**ABOUT THIS EXERCISE**
Retrieve all lines below that have the string "blind".

RECORDED INFORMATION below:

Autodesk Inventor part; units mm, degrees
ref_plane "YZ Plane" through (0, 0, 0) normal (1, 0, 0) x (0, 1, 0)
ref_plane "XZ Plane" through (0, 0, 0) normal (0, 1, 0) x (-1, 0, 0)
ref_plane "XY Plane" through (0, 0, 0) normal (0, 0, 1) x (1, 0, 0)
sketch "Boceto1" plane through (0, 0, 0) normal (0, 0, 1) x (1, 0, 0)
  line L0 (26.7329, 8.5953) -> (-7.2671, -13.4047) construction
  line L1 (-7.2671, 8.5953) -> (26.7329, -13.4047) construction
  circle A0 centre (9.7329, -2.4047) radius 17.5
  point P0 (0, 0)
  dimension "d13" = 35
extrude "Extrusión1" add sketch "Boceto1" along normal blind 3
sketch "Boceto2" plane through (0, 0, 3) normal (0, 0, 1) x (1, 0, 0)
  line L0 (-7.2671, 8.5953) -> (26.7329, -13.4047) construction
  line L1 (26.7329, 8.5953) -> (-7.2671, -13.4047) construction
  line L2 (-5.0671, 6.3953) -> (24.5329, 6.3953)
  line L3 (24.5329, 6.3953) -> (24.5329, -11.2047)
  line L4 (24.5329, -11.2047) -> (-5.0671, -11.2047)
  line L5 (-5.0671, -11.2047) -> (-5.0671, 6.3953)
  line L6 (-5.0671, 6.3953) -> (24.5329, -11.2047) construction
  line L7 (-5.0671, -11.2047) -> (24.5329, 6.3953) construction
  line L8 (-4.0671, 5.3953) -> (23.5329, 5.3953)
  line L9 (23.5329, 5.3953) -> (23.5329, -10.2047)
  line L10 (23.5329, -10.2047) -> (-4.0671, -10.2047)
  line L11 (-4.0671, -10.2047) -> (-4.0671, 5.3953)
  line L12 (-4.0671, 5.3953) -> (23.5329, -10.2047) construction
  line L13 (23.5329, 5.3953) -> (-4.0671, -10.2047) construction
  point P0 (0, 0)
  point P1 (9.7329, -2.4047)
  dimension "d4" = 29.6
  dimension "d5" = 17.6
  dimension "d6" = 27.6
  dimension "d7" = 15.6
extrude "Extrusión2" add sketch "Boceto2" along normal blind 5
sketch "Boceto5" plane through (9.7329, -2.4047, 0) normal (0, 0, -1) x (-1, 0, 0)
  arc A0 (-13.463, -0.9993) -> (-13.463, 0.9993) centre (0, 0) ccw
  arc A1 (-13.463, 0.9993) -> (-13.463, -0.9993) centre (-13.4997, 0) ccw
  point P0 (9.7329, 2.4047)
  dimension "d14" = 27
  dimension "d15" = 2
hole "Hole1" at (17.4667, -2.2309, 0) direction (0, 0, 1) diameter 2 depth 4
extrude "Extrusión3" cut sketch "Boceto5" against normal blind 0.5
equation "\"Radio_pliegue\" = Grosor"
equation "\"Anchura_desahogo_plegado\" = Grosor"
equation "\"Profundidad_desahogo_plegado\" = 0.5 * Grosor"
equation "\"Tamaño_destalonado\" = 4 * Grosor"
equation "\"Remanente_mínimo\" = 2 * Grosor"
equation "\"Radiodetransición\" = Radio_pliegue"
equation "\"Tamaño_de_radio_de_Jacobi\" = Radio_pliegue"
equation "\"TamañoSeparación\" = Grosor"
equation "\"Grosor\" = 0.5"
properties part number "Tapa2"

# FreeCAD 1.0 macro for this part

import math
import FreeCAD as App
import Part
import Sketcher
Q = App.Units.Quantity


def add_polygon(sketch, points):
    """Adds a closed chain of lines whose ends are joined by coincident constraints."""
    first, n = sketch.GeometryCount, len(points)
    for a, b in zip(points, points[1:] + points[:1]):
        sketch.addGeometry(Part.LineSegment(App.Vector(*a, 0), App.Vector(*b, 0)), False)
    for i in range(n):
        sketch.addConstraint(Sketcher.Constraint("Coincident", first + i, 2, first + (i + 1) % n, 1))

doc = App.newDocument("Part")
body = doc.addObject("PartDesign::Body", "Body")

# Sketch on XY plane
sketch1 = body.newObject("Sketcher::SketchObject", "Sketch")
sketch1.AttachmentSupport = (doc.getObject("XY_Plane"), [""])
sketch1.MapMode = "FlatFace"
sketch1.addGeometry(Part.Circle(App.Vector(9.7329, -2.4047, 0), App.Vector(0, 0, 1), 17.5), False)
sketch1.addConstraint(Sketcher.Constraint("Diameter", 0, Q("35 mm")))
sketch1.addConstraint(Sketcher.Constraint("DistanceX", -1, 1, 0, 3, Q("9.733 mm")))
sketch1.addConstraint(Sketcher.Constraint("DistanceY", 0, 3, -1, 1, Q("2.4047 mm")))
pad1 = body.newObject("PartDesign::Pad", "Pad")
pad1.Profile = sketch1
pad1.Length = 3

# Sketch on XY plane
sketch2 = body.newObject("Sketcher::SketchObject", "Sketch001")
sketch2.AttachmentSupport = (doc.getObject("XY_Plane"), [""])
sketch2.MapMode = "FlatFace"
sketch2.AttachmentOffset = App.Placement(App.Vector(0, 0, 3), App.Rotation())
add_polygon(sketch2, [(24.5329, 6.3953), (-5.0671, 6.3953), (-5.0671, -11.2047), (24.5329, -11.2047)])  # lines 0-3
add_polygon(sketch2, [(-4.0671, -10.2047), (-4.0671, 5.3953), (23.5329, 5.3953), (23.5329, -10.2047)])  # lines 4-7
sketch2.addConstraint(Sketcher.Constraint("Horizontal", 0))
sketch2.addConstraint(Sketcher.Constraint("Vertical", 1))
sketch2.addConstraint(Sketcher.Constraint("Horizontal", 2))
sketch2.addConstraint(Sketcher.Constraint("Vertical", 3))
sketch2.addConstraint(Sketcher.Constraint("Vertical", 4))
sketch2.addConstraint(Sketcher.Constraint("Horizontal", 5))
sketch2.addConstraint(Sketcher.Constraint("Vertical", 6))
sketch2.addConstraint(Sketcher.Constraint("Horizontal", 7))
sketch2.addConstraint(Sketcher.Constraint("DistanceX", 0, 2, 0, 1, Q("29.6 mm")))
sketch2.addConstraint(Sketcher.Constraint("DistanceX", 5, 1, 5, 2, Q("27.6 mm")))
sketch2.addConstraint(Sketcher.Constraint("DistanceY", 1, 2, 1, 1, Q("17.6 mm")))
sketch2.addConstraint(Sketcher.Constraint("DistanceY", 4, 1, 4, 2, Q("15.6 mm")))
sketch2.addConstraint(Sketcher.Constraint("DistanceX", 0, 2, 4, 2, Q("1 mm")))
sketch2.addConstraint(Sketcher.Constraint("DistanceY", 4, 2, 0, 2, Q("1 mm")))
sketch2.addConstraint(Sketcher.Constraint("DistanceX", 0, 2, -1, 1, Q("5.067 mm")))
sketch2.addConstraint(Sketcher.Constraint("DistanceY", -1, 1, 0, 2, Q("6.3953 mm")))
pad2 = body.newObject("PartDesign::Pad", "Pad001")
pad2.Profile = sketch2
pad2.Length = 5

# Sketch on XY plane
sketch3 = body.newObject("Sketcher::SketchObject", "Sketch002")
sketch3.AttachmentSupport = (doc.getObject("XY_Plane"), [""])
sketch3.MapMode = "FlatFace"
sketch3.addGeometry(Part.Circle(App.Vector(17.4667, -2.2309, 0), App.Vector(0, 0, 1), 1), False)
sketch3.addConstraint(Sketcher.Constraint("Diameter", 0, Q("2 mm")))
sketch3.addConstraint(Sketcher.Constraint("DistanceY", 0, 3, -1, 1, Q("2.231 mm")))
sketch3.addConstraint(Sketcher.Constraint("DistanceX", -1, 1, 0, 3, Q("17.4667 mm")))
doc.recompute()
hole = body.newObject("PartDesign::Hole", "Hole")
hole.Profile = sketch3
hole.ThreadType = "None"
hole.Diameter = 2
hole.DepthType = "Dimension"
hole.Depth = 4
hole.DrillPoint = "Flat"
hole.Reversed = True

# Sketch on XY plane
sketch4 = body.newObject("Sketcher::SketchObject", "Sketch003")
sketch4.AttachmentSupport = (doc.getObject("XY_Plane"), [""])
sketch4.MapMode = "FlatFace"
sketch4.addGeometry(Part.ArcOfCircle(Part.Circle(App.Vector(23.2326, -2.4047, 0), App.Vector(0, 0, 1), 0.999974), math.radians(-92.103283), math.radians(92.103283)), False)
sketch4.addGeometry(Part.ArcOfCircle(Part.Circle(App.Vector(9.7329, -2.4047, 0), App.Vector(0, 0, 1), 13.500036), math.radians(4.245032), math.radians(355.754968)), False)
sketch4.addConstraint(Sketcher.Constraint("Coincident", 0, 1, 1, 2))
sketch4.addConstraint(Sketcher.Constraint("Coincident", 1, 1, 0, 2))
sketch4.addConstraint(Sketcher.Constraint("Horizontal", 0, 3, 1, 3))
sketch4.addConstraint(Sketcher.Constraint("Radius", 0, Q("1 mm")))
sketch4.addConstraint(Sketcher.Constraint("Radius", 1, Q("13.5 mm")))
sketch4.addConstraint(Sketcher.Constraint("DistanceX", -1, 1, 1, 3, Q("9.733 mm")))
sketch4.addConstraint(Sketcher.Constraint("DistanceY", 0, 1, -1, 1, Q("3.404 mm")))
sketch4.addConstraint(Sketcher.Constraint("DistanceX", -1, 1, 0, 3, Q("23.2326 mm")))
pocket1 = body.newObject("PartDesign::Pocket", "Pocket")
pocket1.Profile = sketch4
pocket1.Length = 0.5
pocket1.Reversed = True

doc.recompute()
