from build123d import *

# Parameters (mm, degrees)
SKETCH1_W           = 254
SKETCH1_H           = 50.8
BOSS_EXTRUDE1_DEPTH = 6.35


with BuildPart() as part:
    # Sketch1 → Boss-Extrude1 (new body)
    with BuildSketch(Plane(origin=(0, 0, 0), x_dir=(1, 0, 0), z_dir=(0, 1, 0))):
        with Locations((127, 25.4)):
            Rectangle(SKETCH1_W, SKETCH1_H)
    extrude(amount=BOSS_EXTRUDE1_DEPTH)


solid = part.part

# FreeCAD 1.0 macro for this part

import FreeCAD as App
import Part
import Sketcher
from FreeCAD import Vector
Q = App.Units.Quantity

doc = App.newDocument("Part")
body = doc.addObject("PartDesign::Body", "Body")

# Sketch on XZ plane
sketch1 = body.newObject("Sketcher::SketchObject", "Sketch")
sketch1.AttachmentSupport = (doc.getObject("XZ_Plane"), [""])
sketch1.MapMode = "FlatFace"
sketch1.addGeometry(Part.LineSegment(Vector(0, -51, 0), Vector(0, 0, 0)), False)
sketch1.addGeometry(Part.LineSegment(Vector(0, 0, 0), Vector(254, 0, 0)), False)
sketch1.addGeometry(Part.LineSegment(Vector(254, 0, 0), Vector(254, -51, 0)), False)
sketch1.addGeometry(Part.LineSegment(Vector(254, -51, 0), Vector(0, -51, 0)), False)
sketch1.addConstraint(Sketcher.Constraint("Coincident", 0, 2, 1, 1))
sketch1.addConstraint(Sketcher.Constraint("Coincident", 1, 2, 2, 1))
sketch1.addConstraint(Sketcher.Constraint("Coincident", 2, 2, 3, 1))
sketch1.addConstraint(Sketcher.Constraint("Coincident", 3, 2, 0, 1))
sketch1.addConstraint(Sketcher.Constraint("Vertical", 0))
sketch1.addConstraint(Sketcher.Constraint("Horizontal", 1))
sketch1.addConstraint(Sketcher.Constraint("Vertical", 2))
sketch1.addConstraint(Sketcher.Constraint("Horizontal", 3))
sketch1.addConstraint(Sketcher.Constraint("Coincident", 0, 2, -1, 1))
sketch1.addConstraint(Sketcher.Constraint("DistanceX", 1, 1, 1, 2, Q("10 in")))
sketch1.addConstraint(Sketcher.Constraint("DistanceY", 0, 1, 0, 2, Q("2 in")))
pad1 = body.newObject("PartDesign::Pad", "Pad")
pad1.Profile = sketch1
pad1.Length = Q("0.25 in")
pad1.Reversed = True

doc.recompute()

End of RECORDED INFORMATION.

**RESPONSE TO THE TASK**
extrude "Extrusión1" add sketch "Boceto1" along normal blind 3
extrude "Extrusión2" add sketch "Boceto2" along normal blind 5
extrude "Extrusión3" cut sketch "Boceto5" against normal blind 0.5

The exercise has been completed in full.